Student Loan Forgiveness Is Welfare For the Rich
President Barack Obama recently announced a new push to enroll people with outstanding student loan debt in programs that make it easier to pay back. Specifically, the Department of Education is promoting so-called “income-driven repayment” plans, where borrowers do not make a fixed payment every month, but instead contribute a certain portion of their income towards their student loan balance. These plans are not new—the White House’s initiative is mostly to raise awareness.
It is a good idea in theory, and will certainly make payments more manageable for borrowers. However, the scheme has one major problem for taxpayers: if students have not repaid their loans in full at the end of a fixed period (generally 20 or 25 years), any remaining balance is forgiven. Those who borrow the most receive a massive taxpayer subsidy.
President Obama’s latest push may be unnecessary, as income-driven repayment plans have become far more popular in recent years. In the last two years, the share of federal Direct Loan borrowers enrolled in income-driven repayment plans has doubled from 11 percent to 22 percent. The share making level payments (a fixed amount every month) or graduated payments (payments which go up with time) has declined from 84 percent of borrowers to just under three-quarters. People with student loans are rapidly learning about these plans, and using them.
In principle, income-driven repayment is a good way to pay back student loans. Since college is an investment that leads to higher earnings down the road, it makes sense that students who see a higher return on investment (a higher income) should pay more than those for whom the investment fails. Stocks are a good parallel—traders invest a certain amount in a company, and receive higher or lower returns depending on how the company performs. This idea of financing college through “student equity” rather than student debt dates back to Milton Friedman and has counted former Governor Jeb Bush and Senator Marco Rubio among its modern proponents.

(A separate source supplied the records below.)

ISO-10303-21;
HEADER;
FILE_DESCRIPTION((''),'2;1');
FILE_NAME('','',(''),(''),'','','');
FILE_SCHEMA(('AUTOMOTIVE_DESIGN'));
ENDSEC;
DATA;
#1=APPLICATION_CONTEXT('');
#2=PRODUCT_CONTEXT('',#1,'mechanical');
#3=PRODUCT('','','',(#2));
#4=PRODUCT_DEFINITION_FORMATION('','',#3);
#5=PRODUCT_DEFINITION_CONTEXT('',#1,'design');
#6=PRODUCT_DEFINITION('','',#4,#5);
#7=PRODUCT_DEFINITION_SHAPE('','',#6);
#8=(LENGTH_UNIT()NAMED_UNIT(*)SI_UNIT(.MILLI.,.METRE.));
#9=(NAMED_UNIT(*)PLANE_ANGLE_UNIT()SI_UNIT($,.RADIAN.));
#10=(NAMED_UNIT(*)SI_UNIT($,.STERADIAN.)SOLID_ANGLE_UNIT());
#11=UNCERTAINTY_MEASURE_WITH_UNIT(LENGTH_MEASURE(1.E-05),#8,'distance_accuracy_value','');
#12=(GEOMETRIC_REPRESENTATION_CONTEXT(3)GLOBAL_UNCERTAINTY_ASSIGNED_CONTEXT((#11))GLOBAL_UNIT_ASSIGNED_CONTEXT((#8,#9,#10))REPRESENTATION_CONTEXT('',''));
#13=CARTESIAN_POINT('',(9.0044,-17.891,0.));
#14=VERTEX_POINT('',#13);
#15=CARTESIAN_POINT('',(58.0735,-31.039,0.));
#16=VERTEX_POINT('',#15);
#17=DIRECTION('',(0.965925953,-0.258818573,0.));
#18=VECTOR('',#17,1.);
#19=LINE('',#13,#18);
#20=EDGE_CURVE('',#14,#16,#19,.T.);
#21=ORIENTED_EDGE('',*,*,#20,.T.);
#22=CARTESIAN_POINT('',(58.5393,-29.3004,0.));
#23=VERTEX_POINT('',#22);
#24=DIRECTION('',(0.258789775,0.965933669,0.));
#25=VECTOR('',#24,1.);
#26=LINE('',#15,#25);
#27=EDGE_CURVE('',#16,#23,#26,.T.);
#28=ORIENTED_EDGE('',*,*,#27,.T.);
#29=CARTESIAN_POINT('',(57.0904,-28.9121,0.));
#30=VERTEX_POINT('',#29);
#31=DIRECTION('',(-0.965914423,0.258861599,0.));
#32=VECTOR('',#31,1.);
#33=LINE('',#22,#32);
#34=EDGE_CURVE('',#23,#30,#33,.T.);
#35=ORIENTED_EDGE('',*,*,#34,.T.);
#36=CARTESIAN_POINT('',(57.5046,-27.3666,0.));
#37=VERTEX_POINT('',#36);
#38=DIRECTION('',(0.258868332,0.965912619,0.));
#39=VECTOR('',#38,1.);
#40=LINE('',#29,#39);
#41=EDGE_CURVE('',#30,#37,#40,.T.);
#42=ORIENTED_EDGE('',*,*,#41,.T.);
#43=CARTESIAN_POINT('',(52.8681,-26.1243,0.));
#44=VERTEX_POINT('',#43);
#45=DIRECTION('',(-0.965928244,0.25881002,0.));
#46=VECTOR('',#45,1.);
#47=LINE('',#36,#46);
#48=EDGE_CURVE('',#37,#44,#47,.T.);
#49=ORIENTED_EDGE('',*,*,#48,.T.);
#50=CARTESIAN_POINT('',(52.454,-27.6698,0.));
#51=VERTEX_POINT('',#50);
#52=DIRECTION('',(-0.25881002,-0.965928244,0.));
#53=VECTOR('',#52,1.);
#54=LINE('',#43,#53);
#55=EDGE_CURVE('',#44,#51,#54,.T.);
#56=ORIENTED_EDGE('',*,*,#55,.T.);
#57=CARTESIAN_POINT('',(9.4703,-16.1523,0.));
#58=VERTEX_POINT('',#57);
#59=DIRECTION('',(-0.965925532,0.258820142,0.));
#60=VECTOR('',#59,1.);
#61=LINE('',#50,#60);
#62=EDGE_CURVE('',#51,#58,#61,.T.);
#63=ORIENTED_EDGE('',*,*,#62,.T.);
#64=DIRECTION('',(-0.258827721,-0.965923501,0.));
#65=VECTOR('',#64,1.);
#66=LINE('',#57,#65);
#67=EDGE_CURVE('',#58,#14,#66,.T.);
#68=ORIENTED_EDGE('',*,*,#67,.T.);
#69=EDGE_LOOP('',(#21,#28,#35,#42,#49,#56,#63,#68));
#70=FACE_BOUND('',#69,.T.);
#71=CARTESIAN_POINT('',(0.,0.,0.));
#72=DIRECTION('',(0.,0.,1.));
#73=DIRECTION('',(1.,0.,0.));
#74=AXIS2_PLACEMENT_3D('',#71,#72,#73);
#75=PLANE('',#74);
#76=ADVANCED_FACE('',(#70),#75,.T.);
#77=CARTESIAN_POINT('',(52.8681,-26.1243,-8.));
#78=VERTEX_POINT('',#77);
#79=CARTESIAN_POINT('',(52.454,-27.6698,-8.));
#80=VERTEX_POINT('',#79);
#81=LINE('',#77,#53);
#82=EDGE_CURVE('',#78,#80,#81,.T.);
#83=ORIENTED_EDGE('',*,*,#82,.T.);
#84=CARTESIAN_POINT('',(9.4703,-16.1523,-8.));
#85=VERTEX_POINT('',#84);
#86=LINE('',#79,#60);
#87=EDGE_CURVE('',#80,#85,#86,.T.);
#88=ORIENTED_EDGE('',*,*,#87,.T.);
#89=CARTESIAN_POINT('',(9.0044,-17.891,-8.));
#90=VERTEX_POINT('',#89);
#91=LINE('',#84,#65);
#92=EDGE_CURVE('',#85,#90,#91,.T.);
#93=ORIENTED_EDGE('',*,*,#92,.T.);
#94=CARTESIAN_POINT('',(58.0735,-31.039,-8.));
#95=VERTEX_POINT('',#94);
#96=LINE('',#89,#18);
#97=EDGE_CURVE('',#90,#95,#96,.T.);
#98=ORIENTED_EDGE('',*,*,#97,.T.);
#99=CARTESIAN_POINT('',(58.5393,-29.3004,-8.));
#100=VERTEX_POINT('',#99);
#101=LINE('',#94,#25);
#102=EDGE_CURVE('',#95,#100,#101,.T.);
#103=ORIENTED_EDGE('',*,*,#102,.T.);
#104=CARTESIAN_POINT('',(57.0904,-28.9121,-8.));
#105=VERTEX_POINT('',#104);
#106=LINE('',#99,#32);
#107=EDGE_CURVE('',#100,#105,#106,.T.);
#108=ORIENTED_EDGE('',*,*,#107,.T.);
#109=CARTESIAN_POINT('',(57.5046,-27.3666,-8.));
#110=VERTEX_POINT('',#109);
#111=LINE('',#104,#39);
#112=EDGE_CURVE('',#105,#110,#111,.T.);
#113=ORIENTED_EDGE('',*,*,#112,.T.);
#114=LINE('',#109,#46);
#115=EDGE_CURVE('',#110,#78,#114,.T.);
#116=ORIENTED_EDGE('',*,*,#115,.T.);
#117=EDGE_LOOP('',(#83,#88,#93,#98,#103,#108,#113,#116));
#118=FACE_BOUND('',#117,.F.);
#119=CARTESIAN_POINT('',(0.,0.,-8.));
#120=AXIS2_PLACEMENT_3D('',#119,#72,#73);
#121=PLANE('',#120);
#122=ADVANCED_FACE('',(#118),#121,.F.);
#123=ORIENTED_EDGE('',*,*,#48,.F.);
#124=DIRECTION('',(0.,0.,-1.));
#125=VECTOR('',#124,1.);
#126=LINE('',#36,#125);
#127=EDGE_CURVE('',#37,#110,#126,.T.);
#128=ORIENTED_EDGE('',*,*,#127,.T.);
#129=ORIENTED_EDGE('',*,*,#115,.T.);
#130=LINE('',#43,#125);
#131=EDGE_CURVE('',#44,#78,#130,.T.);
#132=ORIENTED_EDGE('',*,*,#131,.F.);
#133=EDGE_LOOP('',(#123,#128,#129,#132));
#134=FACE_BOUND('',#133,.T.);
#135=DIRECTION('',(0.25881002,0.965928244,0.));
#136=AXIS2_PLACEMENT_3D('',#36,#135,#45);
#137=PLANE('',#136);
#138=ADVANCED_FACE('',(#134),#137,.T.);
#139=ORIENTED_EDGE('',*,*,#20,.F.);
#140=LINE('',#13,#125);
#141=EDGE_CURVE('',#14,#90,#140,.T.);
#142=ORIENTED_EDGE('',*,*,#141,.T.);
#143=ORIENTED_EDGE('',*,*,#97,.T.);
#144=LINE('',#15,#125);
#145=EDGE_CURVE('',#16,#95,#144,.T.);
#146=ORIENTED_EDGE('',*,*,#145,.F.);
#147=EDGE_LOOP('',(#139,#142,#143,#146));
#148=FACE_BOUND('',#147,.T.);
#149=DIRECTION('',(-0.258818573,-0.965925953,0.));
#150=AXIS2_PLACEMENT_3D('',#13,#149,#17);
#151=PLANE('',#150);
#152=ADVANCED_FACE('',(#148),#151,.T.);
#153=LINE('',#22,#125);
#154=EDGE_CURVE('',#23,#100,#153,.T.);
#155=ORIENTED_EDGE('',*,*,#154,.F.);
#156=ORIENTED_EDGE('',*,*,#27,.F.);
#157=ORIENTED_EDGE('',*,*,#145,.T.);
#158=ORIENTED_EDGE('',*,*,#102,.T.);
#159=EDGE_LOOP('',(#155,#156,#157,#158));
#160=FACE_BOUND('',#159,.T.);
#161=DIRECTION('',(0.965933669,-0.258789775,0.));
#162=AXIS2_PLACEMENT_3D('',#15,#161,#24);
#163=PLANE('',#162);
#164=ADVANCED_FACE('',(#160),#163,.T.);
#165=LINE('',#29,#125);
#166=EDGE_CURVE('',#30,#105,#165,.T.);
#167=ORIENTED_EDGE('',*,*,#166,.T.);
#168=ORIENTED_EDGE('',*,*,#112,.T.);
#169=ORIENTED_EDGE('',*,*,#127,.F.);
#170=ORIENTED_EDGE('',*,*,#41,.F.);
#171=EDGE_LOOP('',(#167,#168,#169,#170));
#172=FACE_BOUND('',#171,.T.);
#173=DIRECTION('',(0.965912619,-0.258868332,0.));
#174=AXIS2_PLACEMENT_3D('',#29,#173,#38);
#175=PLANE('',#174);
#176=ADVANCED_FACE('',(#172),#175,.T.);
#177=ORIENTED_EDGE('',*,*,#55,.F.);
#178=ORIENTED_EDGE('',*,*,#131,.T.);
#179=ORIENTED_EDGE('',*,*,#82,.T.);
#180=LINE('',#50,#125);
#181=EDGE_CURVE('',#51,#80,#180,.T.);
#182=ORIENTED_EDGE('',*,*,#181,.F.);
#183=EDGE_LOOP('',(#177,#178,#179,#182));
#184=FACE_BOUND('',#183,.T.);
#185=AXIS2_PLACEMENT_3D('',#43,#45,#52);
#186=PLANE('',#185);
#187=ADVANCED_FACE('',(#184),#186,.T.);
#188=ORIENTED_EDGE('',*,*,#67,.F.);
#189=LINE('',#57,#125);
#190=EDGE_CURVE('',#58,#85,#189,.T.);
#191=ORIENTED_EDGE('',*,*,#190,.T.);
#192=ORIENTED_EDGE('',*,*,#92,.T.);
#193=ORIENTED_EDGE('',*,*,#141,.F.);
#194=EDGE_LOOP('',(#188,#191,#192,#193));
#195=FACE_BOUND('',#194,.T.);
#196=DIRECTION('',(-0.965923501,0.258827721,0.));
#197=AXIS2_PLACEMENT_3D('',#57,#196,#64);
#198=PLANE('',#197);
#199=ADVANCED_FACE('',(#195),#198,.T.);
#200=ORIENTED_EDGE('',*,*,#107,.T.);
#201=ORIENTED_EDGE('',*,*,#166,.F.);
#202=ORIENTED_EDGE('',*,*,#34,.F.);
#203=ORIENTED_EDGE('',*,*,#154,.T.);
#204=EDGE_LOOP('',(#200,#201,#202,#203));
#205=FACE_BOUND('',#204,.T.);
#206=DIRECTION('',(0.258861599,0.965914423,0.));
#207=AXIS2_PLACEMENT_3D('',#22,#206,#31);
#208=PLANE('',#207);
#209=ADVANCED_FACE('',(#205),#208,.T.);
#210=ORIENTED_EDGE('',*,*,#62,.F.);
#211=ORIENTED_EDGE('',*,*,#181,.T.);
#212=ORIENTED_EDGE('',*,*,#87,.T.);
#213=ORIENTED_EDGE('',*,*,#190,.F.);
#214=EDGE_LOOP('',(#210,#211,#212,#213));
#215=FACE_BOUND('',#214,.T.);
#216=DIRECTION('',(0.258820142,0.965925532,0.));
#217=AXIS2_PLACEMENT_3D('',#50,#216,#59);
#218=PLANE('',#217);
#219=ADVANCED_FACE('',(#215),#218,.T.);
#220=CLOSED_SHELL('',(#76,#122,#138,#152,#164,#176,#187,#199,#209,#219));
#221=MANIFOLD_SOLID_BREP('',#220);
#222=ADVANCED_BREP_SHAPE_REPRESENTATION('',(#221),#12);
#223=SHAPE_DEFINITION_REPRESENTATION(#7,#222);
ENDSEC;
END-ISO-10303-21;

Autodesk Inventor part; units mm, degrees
ref_plane "YZ Plane" through (0, 0, 0) normal (1, 0, 0) x (0, 1, 0)
ref_plane "XZ Plane" through (0, 0, 0) normal (0, 1, 0) x (-1, 0, 0)
ref_plane "XY Plane" through (0, 0, 0) normal (0, 0, 1) x (1, 0, 0)
sketch "Skizze1" plane through (0, 0, 0) normal (0, 0, 1) x (1, 0, 0)
  line L0 (52.7974, -26.0018) -> (57.627, -27.2959) projected
  line L1 (52.3833, -27.5473) -> (52.7974, -26.0018) projected
  line L2 (57.627, -27.2959) -> (57.2129, -28.8414) projected
  line L3 (58.6618, -29.2296) -> (58.1442, -31.1615) projected
  line L4 (57.2129, -28.8414) -> (58.6618, -29.2296) projected
  line L5 (58.1442, -31.1615) -> (8.882, -17.9617)
  line L6 (8.882, -17.9617) -> (9.3996, -16.0299)
  line L7 (9.3996, -16.0299) -> (52.3833, -27.5473)
  line L8 (9.0044, -17.891) -> (58.0735, -31.039)
  line L9 (58.0735, -31.039) -> (58.5393, -29.3004)
  line L10 (58.5393, -29.3004) -> (57.0904, -28.9121)
  line L11 (57.0904, -28.9121) -> (57.5046, -27.3666)
  line L12 (57.5046, -27.3666) -> (52.8681, -26.1243)
  line L13 (52.8681, -26.1243) -> (52.454, -27.6698)
  line L14 (52.454, -27.6698) -> (9.4703, -16.1523)
  line L15 (9.4703, -16.1523) -> (9.0044, -17.891)
  point P0 (0, 0)
  dimension "d0" = 51
  dimension "d2" = 2
  dimension "d5" = 0.1
extrude "Extrusion1" add sketch "Skizze1" against normal blind 8 contours L15 L14 L13 L12 L11 L10 L9 L8
properties part number "Spring"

The trouble is that under the current design, students often will not pay back the full balance of the loan, due to loan-forgiveness at the end of a 20- or 25-year period. We do not yet have good data on how many students will utilize this provision, but Department of Education calculations show that a typical undergraduate borrower could receive around $25,000 in loan forgiveness.

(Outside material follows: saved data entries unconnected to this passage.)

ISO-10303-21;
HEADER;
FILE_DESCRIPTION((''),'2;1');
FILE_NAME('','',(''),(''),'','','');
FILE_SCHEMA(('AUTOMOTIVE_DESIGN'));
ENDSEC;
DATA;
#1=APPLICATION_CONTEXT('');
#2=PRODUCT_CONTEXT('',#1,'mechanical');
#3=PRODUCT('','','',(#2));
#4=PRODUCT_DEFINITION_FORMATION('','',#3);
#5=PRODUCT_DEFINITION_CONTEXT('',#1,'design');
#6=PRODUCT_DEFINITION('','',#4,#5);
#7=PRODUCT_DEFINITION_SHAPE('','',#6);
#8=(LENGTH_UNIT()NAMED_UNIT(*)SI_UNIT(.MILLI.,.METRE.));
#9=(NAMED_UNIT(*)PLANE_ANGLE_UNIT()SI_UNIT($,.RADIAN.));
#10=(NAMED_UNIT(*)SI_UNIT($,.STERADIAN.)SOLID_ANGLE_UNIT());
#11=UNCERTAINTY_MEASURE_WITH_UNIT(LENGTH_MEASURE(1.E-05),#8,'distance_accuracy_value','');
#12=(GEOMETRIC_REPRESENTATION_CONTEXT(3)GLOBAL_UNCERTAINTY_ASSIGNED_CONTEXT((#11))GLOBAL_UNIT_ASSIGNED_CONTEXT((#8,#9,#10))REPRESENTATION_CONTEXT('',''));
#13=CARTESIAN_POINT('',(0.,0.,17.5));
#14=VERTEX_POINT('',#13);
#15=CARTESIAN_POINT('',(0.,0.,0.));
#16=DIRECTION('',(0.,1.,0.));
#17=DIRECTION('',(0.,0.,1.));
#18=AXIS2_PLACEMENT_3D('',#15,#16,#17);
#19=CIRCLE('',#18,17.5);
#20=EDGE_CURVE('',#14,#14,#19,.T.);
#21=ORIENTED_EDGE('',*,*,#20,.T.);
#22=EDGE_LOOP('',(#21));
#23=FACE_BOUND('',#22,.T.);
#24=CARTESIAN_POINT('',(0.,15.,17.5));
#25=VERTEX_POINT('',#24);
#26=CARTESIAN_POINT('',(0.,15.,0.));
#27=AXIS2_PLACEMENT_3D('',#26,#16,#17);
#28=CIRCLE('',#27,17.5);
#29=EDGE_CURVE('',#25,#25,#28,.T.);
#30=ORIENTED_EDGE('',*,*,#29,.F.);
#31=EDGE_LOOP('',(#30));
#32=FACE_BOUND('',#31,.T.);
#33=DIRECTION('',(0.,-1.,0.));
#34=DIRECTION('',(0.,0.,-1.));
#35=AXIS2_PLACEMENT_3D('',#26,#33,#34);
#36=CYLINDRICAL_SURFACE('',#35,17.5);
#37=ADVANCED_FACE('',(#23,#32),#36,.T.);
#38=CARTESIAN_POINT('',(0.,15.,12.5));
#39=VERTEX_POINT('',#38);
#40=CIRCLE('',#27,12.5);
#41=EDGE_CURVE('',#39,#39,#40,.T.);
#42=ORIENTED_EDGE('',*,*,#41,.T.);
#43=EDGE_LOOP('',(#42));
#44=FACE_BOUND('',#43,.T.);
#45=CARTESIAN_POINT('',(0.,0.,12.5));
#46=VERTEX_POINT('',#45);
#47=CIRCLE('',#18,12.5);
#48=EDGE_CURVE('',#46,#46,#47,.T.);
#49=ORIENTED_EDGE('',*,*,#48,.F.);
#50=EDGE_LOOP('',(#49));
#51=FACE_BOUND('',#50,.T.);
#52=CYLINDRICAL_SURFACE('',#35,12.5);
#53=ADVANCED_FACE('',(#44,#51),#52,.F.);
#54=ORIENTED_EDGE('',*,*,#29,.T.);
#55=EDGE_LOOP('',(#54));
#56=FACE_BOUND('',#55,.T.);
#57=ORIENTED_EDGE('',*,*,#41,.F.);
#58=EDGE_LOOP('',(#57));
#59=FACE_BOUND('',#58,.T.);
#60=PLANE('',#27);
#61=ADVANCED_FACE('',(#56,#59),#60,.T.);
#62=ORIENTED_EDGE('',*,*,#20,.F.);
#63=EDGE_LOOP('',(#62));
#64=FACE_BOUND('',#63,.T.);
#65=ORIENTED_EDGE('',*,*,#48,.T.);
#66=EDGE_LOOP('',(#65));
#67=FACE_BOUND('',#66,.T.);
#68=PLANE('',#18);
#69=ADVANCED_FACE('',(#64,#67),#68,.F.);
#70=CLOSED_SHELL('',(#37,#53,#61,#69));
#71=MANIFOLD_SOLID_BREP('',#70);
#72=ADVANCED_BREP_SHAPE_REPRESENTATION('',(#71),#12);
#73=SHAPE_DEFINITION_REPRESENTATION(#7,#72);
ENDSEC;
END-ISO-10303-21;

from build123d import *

# Parameters (mm, degrees)
CROQUIS1_R              = 17.5
CROQUIS1_R_2            = 12.5
SALIENTE_EXTRUIR1_DEPTH = 15


with BuildPart() as part:
    # Croquis1 → Saliente-Extruir1 (new body)
    with BuildSketch(Plane(origin=(0, 0, 0), x_dir=(1, 0, 0), z_dir=(0, 1, 0))):
        Circle(CROQUIS1_R)
        Circle(CROQUIS1_R_2, mode=Mode.SUBTRACT)
    extrude(amount=SALIENTE_EXTRUIR1_DEPTH)


solid = part.part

But wait, isn’t loan forgiveness a good way to help distressed borrowers? Not so. This brings us to an interesting paradox in the economics of student loans: the most distressed borrowers have borrowed the least. While stories of elite college graduates with six figures in debt dominate headlines, in reality default rates are much higher among those who have borrowed less than $5,000.
Borrowers further behind on their loans, a proxy for financial distress, took out much less on average. A borrower in current repayment has an average balance of $30,100, compared to just $15,400 for a borrower in default.
This has much to do with the characteristics of borrowers themselves. Students who attend poor-quality institutions and/or do not finish their degrees do not borrow as much, but are also much less likely to find well-paying jobs. Individuals with college experience but no degree earn 35 percent less and have an unemployment rate two points higher than those with bachelor’s degrees. Low earnings and joblessness, obviously, can lead to financial distress and cause delinquency or default on loans.
Graduating from law school with $100,000 in debt is stressful, no doubt, but such students are not likely to have trouble finding jobs that will enable them to pay down their loans. But if you drop out of college, even with only $10,000 in debt, just finding a decent job can be difficult—let alone making student loan payments.
After 25 years of making payments under income-driven plans, those most likely to have a forgivable balance are those who have attended the pricier, better colleges and taken out more in debt. Those enrolled in income-driven repayment plans have an average unpaid balance of $51,000, compared to just $22,000 for those in level and graduated plans. Why should taxpayers, many of whom lack college degrees themselves, subsidize those former students with the best career prospects, and the expensive colleges which educate them?
Some distressed borrowers may get relief from loan forgiveness, but most benefits are likely to flow to the law and business school graduates who have borrowed the most. Loan forgiveness, in other words, is largely a subsidy for the upper-middle class. Taxpayers already subsidize student borrowers to the tune of $170 billion; there is no reason to layer another subsidy on top of this, least of all one so regressive. While income-driven repayment has merit as an idea, policymakers should remember that the operative word is “repayment.”